Treatment of recurrent anterior shoulder instability associated with glenoid bone loss: Distal tibial allograft


OVERVIEW

Chapter synopsis

  • Glenoid bone loss is frequently present in patients with recurrent anterior shoulder instability. Key factors indicative of significant glenoid bone loss of more than 20% are instability at midranges of abduction (20–60 degrees) and progressive ease of subluxation with daily activities. Young, highly active patients, especially contact or overhead athletes, should be considered for glenoid bony augmentation to restore glenoid surface area, articular length, and depth. Use of a distal tibia allograft has the advantages of a near congruent articular surface with the native glenoid, dense corticocancellous bone, and a robust cartilage layer. In addition, use of a distal tibia allograft restores the native anatomy without altering mechanical function of surrounding structures and eliminates the risk of donor site morbidity.

Important points

  • Indicated for highly active, young patients with apprehension or instability in midranges of abduction (20–60 degrees) with more than 20% anterior glenoid bone loss measured on three-dimensional (3D) computed tomography (CT).

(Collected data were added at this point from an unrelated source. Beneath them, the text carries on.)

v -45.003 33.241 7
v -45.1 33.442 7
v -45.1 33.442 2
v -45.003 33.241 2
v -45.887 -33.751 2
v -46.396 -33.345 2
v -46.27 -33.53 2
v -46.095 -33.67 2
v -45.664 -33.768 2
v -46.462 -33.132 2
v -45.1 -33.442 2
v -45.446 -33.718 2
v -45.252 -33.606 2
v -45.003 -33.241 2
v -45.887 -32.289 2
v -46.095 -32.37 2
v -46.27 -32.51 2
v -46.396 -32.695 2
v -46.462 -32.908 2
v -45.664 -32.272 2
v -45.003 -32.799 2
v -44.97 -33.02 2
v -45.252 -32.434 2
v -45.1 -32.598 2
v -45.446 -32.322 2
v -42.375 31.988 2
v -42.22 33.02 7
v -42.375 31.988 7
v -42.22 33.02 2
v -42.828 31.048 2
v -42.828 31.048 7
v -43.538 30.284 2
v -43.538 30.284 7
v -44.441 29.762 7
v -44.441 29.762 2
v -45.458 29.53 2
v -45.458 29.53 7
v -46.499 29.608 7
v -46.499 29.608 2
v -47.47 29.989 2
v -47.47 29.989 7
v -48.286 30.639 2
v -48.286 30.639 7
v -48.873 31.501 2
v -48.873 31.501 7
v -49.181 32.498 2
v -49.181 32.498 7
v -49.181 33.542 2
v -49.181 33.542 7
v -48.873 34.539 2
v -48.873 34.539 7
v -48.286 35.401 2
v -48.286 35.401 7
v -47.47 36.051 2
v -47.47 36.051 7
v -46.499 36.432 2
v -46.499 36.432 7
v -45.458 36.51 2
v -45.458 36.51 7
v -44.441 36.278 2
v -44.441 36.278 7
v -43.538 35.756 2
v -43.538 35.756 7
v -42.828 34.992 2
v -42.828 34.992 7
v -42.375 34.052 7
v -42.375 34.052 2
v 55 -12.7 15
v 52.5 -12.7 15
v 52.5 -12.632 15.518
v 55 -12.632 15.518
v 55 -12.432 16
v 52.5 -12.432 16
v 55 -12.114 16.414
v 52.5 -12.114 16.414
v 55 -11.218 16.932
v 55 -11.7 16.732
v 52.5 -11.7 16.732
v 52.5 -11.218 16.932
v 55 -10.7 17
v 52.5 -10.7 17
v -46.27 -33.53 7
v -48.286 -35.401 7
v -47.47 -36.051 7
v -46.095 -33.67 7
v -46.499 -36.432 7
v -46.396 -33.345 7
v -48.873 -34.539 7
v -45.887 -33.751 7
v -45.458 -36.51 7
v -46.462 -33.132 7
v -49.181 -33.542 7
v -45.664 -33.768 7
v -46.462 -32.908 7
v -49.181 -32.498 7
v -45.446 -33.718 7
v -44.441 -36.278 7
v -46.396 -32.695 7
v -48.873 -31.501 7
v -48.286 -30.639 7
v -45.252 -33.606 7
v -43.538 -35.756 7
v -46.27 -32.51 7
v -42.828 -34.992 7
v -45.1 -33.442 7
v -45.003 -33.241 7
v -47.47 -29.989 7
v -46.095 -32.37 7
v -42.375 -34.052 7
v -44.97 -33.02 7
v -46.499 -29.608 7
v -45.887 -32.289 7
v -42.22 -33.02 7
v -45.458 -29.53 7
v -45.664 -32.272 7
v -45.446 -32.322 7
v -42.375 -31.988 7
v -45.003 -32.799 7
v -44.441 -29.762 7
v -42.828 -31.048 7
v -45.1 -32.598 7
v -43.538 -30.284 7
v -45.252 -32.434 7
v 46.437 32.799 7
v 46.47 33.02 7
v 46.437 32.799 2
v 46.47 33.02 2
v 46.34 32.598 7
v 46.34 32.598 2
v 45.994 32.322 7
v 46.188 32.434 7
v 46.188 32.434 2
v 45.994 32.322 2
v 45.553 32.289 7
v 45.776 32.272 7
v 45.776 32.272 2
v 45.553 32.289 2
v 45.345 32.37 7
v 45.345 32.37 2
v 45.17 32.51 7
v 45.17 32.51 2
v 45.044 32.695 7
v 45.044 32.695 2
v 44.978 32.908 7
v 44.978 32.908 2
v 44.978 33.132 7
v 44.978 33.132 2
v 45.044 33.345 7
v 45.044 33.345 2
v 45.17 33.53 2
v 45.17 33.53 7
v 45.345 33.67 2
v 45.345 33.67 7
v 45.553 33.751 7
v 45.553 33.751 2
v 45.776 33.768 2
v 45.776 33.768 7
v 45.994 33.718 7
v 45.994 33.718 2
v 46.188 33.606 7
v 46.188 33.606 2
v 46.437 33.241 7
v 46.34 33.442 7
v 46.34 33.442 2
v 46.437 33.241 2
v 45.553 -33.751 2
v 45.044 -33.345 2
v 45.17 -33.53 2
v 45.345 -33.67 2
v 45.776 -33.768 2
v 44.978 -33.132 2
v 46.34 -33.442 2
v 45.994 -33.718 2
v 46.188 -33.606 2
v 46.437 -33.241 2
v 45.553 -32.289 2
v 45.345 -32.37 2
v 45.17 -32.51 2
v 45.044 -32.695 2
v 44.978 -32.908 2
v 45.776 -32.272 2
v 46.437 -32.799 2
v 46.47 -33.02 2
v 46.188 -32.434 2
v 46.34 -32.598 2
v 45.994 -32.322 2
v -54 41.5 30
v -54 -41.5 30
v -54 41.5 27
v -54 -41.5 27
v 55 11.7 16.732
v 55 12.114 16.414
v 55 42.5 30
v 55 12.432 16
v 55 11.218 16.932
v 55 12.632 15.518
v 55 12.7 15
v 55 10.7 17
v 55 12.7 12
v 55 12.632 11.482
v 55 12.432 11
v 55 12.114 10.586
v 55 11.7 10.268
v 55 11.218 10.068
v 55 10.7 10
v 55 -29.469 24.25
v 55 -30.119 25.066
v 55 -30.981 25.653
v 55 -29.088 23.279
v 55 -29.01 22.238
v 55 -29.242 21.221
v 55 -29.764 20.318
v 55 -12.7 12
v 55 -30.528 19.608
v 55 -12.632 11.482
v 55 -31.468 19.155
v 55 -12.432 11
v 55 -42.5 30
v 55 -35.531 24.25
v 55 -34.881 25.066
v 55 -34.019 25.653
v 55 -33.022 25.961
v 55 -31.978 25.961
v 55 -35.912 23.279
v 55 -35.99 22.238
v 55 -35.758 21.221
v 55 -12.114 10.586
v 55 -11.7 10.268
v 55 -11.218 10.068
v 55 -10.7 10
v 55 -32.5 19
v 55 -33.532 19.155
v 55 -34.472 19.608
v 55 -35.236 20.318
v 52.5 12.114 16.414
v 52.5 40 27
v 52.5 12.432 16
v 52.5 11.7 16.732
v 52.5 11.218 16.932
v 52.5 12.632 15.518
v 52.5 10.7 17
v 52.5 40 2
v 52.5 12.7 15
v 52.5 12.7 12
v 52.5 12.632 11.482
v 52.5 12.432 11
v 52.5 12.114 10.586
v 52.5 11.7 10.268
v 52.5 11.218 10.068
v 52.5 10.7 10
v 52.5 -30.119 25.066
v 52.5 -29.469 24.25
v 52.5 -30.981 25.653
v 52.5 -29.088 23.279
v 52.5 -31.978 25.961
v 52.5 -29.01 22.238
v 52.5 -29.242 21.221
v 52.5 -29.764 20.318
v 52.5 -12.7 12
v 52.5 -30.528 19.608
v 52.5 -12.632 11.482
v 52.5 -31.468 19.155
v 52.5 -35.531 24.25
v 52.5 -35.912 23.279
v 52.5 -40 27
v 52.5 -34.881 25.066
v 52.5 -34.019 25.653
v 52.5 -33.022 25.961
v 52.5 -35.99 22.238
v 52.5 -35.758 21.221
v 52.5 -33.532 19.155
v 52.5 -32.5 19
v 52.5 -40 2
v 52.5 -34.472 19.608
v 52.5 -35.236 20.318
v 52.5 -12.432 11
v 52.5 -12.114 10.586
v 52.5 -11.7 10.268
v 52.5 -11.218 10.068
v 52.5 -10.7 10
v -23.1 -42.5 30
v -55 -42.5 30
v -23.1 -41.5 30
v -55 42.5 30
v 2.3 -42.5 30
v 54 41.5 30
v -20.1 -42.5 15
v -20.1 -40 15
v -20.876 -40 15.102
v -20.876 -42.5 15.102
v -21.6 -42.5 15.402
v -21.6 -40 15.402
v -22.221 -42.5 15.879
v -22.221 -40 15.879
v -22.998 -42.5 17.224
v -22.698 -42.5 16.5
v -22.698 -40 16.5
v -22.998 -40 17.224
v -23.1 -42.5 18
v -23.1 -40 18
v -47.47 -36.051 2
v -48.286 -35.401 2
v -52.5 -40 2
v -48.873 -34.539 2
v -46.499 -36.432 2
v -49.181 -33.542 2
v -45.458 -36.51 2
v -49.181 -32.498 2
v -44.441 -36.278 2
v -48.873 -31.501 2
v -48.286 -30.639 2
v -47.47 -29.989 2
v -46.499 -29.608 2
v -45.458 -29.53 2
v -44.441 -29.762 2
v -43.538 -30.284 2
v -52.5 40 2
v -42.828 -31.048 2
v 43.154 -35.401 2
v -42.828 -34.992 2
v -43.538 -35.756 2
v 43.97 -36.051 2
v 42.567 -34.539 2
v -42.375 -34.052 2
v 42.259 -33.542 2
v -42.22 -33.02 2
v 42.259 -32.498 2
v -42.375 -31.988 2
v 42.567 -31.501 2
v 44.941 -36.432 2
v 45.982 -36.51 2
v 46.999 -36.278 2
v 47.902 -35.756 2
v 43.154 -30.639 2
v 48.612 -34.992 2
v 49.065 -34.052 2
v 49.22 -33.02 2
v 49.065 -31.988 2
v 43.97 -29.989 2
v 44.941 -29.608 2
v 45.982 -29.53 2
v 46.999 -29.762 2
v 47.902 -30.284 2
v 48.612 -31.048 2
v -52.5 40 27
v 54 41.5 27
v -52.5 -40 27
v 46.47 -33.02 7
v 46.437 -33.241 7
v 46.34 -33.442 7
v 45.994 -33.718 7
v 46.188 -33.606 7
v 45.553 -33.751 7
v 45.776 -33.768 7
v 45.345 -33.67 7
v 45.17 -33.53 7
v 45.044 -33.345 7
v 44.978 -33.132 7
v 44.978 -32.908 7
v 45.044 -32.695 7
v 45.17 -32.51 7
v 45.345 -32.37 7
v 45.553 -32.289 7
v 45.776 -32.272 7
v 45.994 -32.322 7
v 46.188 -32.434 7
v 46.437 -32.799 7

  • It is not indicated for older, low-demand patients; those with multidirectional instability; voluntary dislocators; or those unable to comply with postoperative restrictions (including smokers).

  • Always perform a CT scan with 3D reconstruction of the glenoid preoperatively with the humeral head digitally subtracted to measure glenoid bone loss on the sagittal oblique images.

  • Use fresh distal tibia allograft for optimal bone and cartilage quality.

  • Allograft is taken from the lateral aspect of the distal tibia, which is nearly identical to the native anterior glenoid radius of curvature.

Clinical and surgical pearls

  • Patient positioning: elevate the back and head to only 40 degrees and ensure the back is well supported with two towels along the medial border of the scapula to facilitate adequate anterior glenoid exposure.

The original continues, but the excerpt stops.